В PHP 7.3.33 и Apache 2.4 Я хочу запустить iptables из PHP (среда веб-сервера), чтобы заблокировать/разблокировать IP-адреса из командной строки, это отлично работает:
/usr/sbin/iptables --insert INPUT --source example.com --jump DROP
Но если я попробую с PHP с этим кодом:
exec('/usr/sbin/iptables --insert INPUT --source example.com --jump DROP', $return);
print_r($return);
Я получаю пустой результат, и правило iptables не добавляется:
Array
(
)
Однако путь iptables кажется правильным, и iptables запускается, потому что --help команда возвращает содержимое, так почему же тогда указанная выше команда не работает?
exec('/usr/sbin/iptables --help', $return);
print_r($return);
Array
(
[0] => iptables v1.8.4
[1] =>
[2] => Usage: iptables -[ACD] chain rule-specification [options]
[3] => iptables -I chain [rulenum] rule-specification [options]
[4] => iptables -R chain rulenum rule-specification [options]
[5] => iptables -D chain rulenum [options]
[6] => iptables -[LS] [chain [rulenum]] [options]
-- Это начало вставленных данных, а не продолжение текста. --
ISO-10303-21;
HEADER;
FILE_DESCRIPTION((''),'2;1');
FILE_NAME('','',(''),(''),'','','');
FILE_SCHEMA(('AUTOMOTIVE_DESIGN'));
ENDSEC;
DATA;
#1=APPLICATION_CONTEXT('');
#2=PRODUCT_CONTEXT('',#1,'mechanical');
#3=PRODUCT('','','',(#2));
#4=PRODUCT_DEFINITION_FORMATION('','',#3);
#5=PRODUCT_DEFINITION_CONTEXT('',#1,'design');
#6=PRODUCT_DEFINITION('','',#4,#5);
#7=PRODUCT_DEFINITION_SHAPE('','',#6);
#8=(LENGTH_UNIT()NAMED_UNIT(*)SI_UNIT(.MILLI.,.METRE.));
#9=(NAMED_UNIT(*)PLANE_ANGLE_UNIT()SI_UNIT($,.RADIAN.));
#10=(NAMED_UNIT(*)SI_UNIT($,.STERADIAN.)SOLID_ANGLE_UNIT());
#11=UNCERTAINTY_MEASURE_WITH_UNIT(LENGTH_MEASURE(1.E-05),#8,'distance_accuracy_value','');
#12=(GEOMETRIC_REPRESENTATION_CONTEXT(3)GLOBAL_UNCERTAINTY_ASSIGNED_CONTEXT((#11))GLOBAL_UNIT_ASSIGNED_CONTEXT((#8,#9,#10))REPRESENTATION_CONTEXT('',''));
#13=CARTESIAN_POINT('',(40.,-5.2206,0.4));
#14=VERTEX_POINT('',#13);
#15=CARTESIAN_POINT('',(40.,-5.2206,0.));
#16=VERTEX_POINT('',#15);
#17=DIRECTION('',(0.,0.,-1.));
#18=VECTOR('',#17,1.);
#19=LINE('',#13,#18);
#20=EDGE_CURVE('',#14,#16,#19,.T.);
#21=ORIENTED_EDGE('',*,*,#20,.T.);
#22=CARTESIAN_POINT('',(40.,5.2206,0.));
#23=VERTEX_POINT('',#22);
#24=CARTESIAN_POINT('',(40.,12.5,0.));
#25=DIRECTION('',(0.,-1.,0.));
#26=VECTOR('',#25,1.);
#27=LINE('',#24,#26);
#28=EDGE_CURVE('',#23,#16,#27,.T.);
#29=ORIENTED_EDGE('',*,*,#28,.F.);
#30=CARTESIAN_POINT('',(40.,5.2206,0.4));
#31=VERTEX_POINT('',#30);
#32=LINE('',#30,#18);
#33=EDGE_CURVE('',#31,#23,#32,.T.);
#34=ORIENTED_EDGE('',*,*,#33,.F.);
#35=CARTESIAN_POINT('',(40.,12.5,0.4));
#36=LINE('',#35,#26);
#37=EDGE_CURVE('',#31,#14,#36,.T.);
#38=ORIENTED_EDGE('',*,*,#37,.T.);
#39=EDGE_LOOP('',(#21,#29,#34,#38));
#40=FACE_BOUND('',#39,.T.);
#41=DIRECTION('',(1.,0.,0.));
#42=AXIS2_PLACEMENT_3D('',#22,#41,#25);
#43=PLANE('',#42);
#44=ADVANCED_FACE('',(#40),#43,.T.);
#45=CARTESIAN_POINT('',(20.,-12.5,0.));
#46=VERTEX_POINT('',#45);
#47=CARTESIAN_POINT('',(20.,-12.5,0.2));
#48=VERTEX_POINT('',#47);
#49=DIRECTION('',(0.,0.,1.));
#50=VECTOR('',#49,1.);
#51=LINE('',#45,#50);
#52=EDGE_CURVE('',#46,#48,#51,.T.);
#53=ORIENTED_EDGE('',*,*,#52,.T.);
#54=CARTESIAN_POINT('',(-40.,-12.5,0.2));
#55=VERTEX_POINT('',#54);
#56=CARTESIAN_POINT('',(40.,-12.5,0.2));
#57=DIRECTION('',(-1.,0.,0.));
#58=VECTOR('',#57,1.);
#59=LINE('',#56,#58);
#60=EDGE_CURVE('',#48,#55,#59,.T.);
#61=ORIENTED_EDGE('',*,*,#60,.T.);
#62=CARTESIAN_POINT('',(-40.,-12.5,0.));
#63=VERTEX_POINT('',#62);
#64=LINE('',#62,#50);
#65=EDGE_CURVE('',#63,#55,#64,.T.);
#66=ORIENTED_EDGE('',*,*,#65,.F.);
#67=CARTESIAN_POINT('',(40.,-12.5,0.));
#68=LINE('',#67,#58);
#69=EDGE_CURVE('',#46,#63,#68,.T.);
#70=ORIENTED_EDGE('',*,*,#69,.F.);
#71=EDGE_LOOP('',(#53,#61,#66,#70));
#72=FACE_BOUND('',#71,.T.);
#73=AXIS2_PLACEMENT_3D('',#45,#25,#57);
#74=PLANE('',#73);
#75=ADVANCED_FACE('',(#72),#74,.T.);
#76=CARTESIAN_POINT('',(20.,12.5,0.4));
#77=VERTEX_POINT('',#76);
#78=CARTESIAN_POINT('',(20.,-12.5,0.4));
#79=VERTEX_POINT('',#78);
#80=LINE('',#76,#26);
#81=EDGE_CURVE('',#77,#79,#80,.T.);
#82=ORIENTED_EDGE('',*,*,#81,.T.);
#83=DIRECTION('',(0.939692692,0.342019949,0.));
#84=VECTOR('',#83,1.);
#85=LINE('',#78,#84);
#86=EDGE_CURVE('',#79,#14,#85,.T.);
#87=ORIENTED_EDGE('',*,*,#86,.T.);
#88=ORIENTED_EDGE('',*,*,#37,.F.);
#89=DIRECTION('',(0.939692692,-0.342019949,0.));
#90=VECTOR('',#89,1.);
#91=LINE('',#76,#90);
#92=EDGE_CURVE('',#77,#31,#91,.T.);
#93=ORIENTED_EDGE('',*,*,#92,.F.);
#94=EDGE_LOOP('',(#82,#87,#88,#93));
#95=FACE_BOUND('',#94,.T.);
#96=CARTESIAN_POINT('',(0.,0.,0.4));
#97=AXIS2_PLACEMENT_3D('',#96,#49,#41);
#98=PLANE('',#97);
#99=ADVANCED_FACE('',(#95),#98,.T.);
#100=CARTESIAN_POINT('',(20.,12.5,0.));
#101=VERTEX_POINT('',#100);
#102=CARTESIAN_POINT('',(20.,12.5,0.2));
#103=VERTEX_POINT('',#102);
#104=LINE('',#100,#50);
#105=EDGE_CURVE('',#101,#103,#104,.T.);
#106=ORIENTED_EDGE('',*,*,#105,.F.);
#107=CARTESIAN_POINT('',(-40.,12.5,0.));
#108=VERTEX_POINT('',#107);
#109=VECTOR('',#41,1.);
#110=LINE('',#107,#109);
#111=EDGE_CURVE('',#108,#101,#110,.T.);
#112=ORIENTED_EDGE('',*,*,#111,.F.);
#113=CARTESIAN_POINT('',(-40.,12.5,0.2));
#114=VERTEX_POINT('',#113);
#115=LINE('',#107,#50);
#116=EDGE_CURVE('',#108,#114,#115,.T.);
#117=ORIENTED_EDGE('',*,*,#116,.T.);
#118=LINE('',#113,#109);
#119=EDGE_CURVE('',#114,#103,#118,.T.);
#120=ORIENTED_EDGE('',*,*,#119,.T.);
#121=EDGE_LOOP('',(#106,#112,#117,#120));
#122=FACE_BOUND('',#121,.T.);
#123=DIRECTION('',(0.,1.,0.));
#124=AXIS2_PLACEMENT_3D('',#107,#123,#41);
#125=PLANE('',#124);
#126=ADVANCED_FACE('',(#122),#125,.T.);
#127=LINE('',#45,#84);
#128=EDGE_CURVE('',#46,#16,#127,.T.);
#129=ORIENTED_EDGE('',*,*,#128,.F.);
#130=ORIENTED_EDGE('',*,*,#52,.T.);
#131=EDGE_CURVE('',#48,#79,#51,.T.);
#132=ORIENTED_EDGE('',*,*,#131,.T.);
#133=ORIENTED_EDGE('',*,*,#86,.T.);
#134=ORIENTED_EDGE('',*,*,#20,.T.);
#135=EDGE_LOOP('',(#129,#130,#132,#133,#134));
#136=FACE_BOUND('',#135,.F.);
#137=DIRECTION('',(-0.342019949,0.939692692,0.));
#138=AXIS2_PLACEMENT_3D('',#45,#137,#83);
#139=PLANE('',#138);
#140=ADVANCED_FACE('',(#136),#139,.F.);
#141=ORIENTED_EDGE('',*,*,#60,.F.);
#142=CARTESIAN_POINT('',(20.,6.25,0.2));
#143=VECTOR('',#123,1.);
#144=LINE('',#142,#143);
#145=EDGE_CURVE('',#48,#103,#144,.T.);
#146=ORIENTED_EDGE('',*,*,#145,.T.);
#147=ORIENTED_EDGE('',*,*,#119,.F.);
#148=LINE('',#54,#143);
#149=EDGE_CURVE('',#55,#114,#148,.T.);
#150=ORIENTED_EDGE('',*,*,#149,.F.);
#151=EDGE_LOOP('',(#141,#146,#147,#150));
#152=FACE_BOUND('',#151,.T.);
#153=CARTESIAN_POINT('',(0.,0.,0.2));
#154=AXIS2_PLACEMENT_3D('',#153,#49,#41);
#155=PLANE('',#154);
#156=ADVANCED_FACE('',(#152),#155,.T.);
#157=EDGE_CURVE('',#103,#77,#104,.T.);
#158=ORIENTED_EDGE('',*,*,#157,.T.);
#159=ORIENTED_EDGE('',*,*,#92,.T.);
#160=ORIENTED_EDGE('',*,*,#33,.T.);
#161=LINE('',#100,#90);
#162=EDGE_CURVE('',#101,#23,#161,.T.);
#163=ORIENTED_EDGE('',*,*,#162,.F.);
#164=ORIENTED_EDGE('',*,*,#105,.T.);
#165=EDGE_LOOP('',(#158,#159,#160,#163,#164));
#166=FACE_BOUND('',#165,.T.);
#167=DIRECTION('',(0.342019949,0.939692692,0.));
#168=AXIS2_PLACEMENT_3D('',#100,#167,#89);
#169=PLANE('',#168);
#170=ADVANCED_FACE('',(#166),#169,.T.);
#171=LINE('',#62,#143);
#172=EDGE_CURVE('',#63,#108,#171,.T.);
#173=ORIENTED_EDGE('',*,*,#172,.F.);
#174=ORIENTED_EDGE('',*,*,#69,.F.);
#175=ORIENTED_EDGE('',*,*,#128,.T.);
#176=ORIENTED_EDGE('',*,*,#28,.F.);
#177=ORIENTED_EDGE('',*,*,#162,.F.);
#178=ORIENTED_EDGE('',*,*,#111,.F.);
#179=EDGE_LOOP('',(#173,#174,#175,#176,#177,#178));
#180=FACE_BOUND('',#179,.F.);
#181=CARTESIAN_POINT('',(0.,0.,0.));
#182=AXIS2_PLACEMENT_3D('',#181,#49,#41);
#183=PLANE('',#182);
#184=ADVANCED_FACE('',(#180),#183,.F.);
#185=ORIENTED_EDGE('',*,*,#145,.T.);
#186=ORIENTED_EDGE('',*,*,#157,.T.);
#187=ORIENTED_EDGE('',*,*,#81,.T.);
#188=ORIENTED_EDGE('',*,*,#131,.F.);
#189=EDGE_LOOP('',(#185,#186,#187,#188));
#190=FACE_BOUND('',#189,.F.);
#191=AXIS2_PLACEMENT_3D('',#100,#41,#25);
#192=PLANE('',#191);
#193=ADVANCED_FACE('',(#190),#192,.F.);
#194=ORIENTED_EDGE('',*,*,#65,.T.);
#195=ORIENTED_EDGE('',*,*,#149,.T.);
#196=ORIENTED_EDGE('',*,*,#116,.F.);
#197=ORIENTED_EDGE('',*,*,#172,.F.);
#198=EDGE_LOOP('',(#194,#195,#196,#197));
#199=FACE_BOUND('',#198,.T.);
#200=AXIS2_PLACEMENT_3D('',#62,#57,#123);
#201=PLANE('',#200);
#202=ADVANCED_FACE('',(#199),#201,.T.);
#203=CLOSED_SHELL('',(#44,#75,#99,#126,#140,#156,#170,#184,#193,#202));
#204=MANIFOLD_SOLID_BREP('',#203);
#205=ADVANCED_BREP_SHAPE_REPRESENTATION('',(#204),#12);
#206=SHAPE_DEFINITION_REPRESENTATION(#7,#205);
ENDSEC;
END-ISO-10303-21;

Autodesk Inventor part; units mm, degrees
ref_plane "YZ Plane" through (0, 0, 0) normal (1, 0, 0) x (0, 1, 0)
ref_plane "XZ Plane" through (0, 0, 0) normal (0, 1, 0) x (-1, 0, 0)
ref_plane "XY Plane" through (0, 0, 0) normal (0, 0, 1) x (1, 0, 0)
sketch "Sketch1" plane through (0, 0, 0) normal (0, 0, 1) x (1, 0, 0)
  line L0 (-40, 12.5) -> (40, 12.5)
  line L1 (40, 12.5) -> (40, -12.5)
  line L2 (40, -12.5) -> (-40, -12.5)
  line L3 (-40, -12.5) -> (-40, 12.5)
  line L4 (-58.4065, 0) -> (96.114, 0) construction
  line L5 (0, 47.121) -> (0, -49.5625) construction
  line L6 (20, 12.5) -> (20, -12.5)
  line L7 (20, 12.5) -> (40, 5.2206)
  line L8 (20, -12.5) -> (40, -5.2206)
  point P0 (0, 0)
  point P1 (0, 12.5)
  point P2 (40, 0)
  dimension "d0" = 80
  dimension "d1" = 25
  dimension "d11" = 20
  dimension "d16" = 70
  dimension "d17" = 70
extrude "Extrusion4" add sketch "Sketch1" along normal blind 0.2 contours L0 L6 L2 L3 | L7 L1 L8 L6
extrude "Extrusion5" add sketch "Sketch1" along normal blind 0.4 contours L7 L1 L8 L6
equation "\"d18\" = material"
equation "\"d20\" = 2 * material"
equation "\"material\" = 0.2"
properties part number "BandBack"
[7] => iptables -[FZ] [chain] [options]
[8] => iptables -[NX] chain
[9] => iptables -E old-chain-name new-chain-name
[10] => iptables -P chain target [options]
[11] => iptables -h (print this help information)
[12] =>
[13] => Commands:
[14] => Either long or short options are allowed.
[15] => --append -A chain Append to chain
[16] => --check -C chain Check for the existence of a rule
[17] => --delete -D chain Delete matching rule from chain
[18] => --delete -D chain rulenum
[19] => Delete rule rulenum (1 = first) from chain
[20] => --insert -I chain [rulenum]
[21] => Insert in chain as rulenum (default 1=first)
[22] => --replace -R chain rulenum
[23] => Replace rule rulenum (1 = first) in chain
[24] => --list -L [chain [rulenum]]
[25] => List the rules in a chain or all chains
[26] => --list-rules -S [chain [rulenum]]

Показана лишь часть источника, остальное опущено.